Q: Can you give a short summary of what poverty can do to the brain?

A: Living in poverty has physical impacts on the brain, and this is true if young people grow up in poverty. That means that they’ve lived in poverty for their whole lives or for most of their development, so that’s really [ages] zero to six, but also for young people who have lived in poverty during stages throughout their development.

Essentially, not to get too science-y here, it makes the part of the brain that is responsible for our fight or flight response, so basically our threat response, it makes it more jittery, if you will.  So, the way I like to explain this is to think of it like a guard in front of a castle, and the guard’s job, obviously, is to keep that castle safe, and so it is looking around all the time to make sure that there is nothing that is going to make the castle not be safe.

And so, for folks who are growing up in poverty or who live in poverty, their guard is basically bigger and more jittery, and things that are not really a threat may feel more like a threat. Then, that guard is going to act very quickly, in terms of the brain, it’s going to act in milliseconds and basically tell the rest of the brain to go, go, go.

And, while this is, in and of itself, not great, it becomes even more problematic because the part of the brain that basically makes us adults and separates us from all other mammals—so it helps us with thinking into the future and planning and organizing—that part of the brain, when our amygdala, so basically our guard in front of our castle, when it takes over, our prefrontal cortex, which is right behind our forehead, it doesn’t have time often to engage, and it is basically asleep.

A simple demonstration of where the parts of the brain mentioned are located.

To go even further with our castle metaphor, think of if the king or queen was up there, kind of waiting to make a decision, and the guard should be calling the queen to say, hey, I think that this thing is happening, should I get everyone together to attack it?  Well, when we’re living in poverty, we are more likely to have that guard not even call the queen and just go and act.

What that looks like in real life and not analogies terms is that for folks and young people, as well as adults that live in poverty, they are more likely to be impulsive, more likely to not necessarily think through the decisions they’re making, and it’s just a function of the brain. It doesn’t mean that they’re a good person or bad person or smart person. It just means that they are more likely to be impulsive and not necessarily be able to think through their actions.

Q: So, you can kind of see how that would affect someone’s learning then?

A: One thousand percent. For students living in poverty in an academic setting, it has some pretty significant implications. Our young people who are living in poverty, they know fewer words, so they are reading fewer books. They’re more likely to watch television, and while there is some great academic television, shows like “Spongebob” don’t necessarily enhance us academically.

They’re more likely to miss school. They’re more likely to be just academically behind, and so that can become a significant issue. They can become more and more behind.  They’re more likely, again, to be impulsive, and so that can be potentially frustrating for the adult, the teacher, and they might be more likely to get in trouble, and so you’ve got two separate issues. You’ve got a discipline issue that may show up, but then you also have an academic issue, and so it can create challenges to a student being successful in an academic space.

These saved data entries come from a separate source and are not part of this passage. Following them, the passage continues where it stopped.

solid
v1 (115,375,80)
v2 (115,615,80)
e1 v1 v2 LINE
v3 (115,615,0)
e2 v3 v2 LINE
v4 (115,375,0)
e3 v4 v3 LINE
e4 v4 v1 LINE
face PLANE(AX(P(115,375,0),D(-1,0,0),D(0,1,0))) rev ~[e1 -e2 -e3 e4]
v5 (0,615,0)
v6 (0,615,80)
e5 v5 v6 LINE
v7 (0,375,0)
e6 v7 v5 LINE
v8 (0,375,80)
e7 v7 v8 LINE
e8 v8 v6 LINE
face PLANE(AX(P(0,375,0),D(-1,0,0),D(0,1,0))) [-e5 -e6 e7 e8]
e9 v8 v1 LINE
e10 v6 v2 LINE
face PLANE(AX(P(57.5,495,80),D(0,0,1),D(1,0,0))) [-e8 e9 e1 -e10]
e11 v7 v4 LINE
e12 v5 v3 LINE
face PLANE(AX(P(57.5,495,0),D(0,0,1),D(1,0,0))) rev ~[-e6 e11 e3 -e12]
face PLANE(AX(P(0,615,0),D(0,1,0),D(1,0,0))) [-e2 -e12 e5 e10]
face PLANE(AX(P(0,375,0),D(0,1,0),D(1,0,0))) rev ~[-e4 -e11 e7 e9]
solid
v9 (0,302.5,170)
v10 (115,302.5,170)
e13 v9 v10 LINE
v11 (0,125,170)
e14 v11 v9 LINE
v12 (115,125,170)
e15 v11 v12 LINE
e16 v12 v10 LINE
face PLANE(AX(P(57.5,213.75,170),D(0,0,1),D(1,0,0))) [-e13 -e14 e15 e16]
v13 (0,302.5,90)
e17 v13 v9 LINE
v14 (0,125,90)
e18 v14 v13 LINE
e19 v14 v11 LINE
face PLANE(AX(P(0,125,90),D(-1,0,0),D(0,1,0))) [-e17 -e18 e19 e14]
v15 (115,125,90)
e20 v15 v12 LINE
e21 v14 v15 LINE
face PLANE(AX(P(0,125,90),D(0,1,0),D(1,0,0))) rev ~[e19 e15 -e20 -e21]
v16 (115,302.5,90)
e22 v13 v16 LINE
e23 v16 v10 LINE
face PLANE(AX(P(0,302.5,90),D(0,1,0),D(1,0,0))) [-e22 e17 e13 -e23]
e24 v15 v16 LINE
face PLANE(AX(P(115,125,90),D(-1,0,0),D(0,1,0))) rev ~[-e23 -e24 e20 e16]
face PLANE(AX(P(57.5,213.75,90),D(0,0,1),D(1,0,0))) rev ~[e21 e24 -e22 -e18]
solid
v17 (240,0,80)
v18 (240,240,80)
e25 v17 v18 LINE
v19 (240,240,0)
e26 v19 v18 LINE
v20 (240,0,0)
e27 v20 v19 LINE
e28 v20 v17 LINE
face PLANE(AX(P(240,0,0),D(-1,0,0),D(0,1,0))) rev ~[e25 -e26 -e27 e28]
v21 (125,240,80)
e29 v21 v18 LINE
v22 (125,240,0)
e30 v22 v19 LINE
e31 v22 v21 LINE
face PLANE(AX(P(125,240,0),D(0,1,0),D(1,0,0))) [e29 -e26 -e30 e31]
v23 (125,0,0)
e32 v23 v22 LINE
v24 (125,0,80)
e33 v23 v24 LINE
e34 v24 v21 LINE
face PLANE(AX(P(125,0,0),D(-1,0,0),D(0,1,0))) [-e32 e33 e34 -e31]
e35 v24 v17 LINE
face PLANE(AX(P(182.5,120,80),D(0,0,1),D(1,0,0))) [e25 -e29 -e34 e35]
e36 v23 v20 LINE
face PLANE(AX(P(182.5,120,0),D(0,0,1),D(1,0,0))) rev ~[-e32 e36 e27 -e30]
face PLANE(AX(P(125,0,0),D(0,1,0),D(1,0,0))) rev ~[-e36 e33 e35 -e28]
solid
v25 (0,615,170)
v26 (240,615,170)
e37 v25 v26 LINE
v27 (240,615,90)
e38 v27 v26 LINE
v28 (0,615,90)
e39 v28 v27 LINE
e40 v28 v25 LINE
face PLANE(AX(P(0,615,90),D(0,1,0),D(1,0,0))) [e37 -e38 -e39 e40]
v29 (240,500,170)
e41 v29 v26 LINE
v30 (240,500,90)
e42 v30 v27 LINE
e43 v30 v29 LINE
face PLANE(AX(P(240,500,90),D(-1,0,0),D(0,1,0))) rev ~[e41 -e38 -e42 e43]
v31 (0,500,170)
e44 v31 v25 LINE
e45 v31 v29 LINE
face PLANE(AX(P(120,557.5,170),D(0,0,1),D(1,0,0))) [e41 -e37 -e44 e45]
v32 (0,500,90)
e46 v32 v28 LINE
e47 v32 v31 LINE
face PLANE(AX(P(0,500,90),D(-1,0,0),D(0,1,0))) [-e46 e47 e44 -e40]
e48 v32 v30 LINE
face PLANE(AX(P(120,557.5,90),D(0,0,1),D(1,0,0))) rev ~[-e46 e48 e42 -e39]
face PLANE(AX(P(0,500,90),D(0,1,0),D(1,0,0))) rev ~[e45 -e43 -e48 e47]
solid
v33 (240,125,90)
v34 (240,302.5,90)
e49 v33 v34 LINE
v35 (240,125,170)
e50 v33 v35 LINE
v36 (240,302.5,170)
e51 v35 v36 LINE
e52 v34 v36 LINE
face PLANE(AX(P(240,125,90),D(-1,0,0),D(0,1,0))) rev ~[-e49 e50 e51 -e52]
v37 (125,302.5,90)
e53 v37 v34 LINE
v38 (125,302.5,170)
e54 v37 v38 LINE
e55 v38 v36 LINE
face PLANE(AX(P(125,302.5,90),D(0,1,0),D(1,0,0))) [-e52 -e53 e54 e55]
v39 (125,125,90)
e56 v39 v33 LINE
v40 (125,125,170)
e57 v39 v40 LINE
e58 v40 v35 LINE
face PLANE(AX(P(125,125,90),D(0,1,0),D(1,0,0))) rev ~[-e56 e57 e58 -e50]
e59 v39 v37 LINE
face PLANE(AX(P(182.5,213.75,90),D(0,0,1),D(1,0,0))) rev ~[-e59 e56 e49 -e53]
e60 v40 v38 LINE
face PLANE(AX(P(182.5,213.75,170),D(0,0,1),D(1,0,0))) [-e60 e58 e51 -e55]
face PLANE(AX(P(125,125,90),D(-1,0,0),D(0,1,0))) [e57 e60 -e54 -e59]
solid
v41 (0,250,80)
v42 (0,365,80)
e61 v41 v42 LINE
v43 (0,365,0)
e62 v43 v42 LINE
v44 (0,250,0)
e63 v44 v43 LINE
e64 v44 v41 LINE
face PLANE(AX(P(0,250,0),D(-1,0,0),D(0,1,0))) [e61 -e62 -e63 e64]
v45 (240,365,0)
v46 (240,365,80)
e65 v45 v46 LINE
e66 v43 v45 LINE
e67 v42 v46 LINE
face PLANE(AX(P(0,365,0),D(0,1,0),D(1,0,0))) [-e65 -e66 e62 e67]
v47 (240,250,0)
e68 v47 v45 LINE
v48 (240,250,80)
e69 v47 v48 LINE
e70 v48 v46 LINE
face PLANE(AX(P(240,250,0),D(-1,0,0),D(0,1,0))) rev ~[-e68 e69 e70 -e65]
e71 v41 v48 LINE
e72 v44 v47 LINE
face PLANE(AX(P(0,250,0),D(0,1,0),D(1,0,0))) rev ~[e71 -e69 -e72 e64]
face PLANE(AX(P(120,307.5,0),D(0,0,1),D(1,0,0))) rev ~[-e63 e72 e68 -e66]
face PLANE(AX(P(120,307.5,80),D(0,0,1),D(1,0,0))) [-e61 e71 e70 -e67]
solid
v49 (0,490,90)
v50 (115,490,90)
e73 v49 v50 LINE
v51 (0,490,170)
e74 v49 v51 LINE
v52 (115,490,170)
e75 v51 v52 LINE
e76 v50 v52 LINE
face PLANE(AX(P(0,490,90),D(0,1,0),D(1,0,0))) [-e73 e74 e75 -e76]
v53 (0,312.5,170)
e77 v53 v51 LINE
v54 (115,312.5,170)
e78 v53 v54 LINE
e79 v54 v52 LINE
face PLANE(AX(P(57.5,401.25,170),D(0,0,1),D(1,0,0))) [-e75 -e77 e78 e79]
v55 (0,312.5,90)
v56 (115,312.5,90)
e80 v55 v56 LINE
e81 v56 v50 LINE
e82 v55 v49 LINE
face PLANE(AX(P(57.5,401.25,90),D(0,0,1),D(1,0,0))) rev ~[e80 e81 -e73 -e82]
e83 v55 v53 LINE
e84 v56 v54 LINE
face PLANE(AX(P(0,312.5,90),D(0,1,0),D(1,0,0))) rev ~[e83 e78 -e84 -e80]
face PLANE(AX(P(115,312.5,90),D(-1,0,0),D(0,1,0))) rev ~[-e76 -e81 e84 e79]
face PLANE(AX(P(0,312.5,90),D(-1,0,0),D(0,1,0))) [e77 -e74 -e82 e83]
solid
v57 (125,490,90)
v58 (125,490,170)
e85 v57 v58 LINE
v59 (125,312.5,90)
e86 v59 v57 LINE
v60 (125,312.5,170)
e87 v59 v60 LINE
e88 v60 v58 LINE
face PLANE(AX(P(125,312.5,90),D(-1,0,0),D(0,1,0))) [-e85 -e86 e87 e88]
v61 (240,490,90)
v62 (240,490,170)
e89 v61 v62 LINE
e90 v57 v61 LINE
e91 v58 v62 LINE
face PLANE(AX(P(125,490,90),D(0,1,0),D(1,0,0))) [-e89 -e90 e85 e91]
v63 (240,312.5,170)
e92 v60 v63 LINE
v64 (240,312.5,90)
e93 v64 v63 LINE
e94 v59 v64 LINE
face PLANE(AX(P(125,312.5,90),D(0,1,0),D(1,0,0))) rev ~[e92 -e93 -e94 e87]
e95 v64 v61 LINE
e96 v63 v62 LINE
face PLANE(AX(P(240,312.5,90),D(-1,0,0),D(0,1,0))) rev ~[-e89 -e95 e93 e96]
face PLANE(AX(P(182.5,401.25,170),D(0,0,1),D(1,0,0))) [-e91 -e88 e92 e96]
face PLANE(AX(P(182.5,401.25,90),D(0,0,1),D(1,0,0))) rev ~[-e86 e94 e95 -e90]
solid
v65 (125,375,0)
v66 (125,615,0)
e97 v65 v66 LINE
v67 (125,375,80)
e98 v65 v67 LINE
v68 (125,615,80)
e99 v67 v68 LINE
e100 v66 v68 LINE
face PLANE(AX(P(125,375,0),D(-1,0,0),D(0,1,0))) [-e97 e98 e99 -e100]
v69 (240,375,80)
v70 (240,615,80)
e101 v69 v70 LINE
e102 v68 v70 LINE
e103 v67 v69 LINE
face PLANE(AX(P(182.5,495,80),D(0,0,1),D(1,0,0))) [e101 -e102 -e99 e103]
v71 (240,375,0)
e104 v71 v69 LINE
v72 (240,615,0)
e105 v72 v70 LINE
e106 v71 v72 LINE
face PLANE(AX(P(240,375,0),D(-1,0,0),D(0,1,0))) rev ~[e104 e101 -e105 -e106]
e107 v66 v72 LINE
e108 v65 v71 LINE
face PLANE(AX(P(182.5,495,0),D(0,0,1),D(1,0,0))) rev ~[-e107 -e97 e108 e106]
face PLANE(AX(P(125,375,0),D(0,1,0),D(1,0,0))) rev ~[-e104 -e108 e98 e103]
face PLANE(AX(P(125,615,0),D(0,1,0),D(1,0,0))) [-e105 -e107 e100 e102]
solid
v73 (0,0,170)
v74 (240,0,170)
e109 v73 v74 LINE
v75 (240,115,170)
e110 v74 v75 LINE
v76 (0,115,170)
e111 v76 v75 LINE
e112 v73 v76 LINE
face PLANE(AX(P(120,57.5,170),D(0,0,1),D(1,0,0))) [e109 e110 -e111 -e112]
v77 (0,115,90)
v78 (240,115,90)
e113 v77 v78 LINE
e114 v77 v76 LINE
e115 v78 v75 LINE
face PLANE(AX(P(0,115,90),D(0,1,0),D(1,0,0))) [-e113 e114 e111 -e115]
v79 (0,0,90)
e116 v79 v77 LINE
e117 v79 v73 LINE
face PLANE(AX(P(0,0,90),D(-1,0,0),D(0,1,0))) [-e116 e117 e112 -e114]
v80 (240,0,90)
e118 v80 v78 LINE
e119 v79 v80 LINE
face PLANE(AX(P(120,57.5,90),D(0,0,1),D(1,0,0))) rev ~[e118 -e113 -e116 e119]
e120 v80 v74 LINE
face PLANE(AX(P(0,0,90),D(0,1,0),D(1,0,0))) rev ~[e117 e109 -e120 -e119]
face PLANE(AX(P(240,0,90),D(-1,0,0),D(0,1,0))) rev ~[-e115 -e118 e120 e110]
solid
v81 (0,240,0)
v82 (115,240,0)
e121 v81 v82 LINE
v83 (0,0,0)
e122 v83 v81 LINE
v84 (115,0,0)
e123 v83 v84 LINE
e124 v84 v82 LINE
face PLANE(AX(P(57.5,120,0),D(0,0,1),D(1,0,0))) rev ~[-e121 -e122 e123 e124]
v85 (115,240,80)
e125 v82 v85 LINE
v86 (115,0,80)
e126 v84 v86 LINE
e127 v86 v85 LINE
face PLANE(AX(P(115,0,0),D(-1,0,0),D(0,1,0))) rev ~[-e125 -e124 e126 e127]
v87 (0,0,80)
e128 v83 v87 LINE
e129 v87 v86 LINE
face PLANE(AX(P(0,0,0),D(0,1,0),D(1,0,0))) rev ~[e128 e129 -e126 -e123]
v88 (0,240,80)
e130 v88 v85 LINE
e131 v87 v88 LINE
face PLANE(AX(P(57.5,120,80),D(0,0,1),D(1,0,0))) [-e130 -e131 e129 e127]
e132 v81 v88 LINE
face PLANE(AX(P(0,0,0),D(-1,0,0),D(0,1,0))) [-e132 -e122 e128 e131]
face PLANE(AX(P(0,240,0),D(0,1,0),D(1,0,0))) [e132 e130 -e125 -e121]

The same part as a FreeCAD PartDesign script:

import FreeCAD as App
import Part
import Sketcher

V = App.Vector
Q = App.Units.Quantity


def add_polygon(sketch, points):
    """Adds a closed chain of lines whose ends are joined by coincident constraints."""
    first, n = sketch.GeometryCount, len(points)
    for a, b in zip(points, points[1:] + points[:1]):
        sketch.addGeometry(Part.LineSegment(App.Vector(*a, 0), App.Vector(*b, 0)), False)
    for i in range(n):
        sketch.addConstraint(Sketcher.Constraint("Coincident", first + i, 2, first + (i + 1) % n, 1))

doc = App.newDocument("Part")
body = doc.addObject("PartDesign::Body", "Body")

sketch1 = doc.addObject("Sketcher::SketchObject", "Sketch")
body.addObject(sketch1)
sketch1.AttachmentSupport = (doc.XY_Plane, [""])
sketch1.MapMode = "FlatFace"
add_polygon(sketch1, [(0, 240), (0, 0), (115, 0), (115, 240)])
sketch1.addConstraint(Sketcher.Constraint("Vertical", 0))
sketch1.addConstraint(Sketcher.Constraint("Horizontal", 1))
sketch1.addConstraint(Sketcher.Constraint("Vertical", 2))
sketch1.addConstraint(Sketcher.Constraint("Horizontal", 3))
sketch1.addConstraint(Sketcher.Constraint("Coincident", 0, 2, -1, 1))
sketch1.addConstraint(Sketcher.Constraint("DistanceX", 1, 1, 1, 2, Q("115 mm")))
sketch1.addConstraint(Sketcher.Constraint("DistanceY", 0, 2, 0, 1, Q("240 mm")))
pad1 = doc.addObject("PartDesign::Pad", "Pad")
body.addObject(pad1)
pad1.Profile = sketch1
pad1.Length = 80
body2 = doc.addObject("PartDesign::Body", "Body001")

sketch2 = doc.addObject("Sketcher::SketchObject", "Sketch001")
body2.addObject(sketch2)
sketch2.AttachmentSupport = (doc.getObject("XY_Plane001"), [""])
sketch2.MapMode = "FlatFace"
add_polygon(sketch2, [(125, 240), (125, 0), (240, 0), (240, 240)])
sketch2.addConstraint(Sketcher.Constraint("Vertical", 0))
sketch2.addConstraint(Sketcher.Constraint("Horizontal", 1))
sketch2.addConstraint(Sketcher.Constraint("Vertical", 2))
sketch2.addConstraint(Sketcher.Constraint("Horizontal", 3))
sketch2.addConstraint(Sketcher.Constraint("PointOnObject", 0, 2, -1))
sketch2.addConstraint(Sketcher.Constraint("DistanceX", 1, 1, 1, 2, Q("115 mm")))
sketch2.addConstraint(Sketcher.Constraint("DistanceY", 0, 2, 0, 1, Q("240 mm")))
sketch2.addConstraint(Sketcher.Constraint("DistanceX", -1, 1, 0, 2, Q("125 mm")))
pad2 = doc.addObject("PartDesign::Pad", "Pad001")
body2.addObject(pad2)
pad2.Profile = sketch2
pad2.Length = 80
body3 = doc.addObject("PartDesign::Body", "Body002")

Q: One big stereotype against poor people is that a lot of people just think that they’re just lazy. That they need to just pull themselves up by their bootstraps and just do the work, sort of thing. What does your research say about that mentality?

A: Yeah, so my research says that that’s wrong. I mean, some people are lazy. Some people that are rich are lazy, right. So, one group, people in poverty, are not all the same. So, there are certainly some lazy people who live in poverty just like there’s lazy people everywhere. But on the whole, the research doesn’t make that story be true.

What the research tells us is as follows: The research tells us that people who live in poverty are often working harder.  So, I work at a non-profit, and I do training, so I’m sitting at a desk most of the time. I’m not doing anything crazy. But, if I’m living in a low-income environment, I’m more likely to work a physically taxing job. I’m likely to have to work more than 40 hours a week because I may need the money if I’m getting paid hourly versus salary.

People who live in poverty often have to be more strategic because if I’ve got two bills that are due at the same time, and I only have money for one, it’s mentally taxing to have to figure out what I’m going to do with that, and just from the way that our brain is set up when we’re living in poverty, it’s not that poor people are making bad decisions. It is that people are making decisions with limited resources.

And, what we know is that the best way to move people out of poverty is certainly to provide education, but it’s essentially to help them get more money because I can give somebody education all day long—particularly adults. We’re talking about adults here. But, if I don’t help them necessarily to get another job—I go to 20 financial literacy classes, but I still work at Walmart, where I only work 38 hours a week, and I only make X amount of money—it’s just going to be harder for me to move out of poverty because I have all the bills. 

And, this idea of “pick yourself up by your bootstraps,” the hard thing is our society is not set up for folks to have bootstraps, or to be able to pull them up high enough to be able to get out of poverty. The system is just not set up that way. There’s this concept of economic mobility, which is essentially the ability for someone to move out of poverty and up the income ladder, and it’s hard to do that. It’s hard to be able to move out of poverty.

If you are a high school student, and you’re doing well academically, and you want to go to college, there are barriers even to that. You have to fill out the FAFSA, which means you have to have WiFi, and you have to know what forms to do and what website to go to, and you’re going to have to try to get a government loan that you’ll have to pay off forever.

I mean, there are a lot of barriers to moving out of poverty. It doesn’t mean it can’t happen, it just means that society, and government and people that are in power and have financial resources have to come alongside and support people in poverty, and that’s why I’m a fan of nonprofits and supporting them because people can’t move out of poverty by themselves.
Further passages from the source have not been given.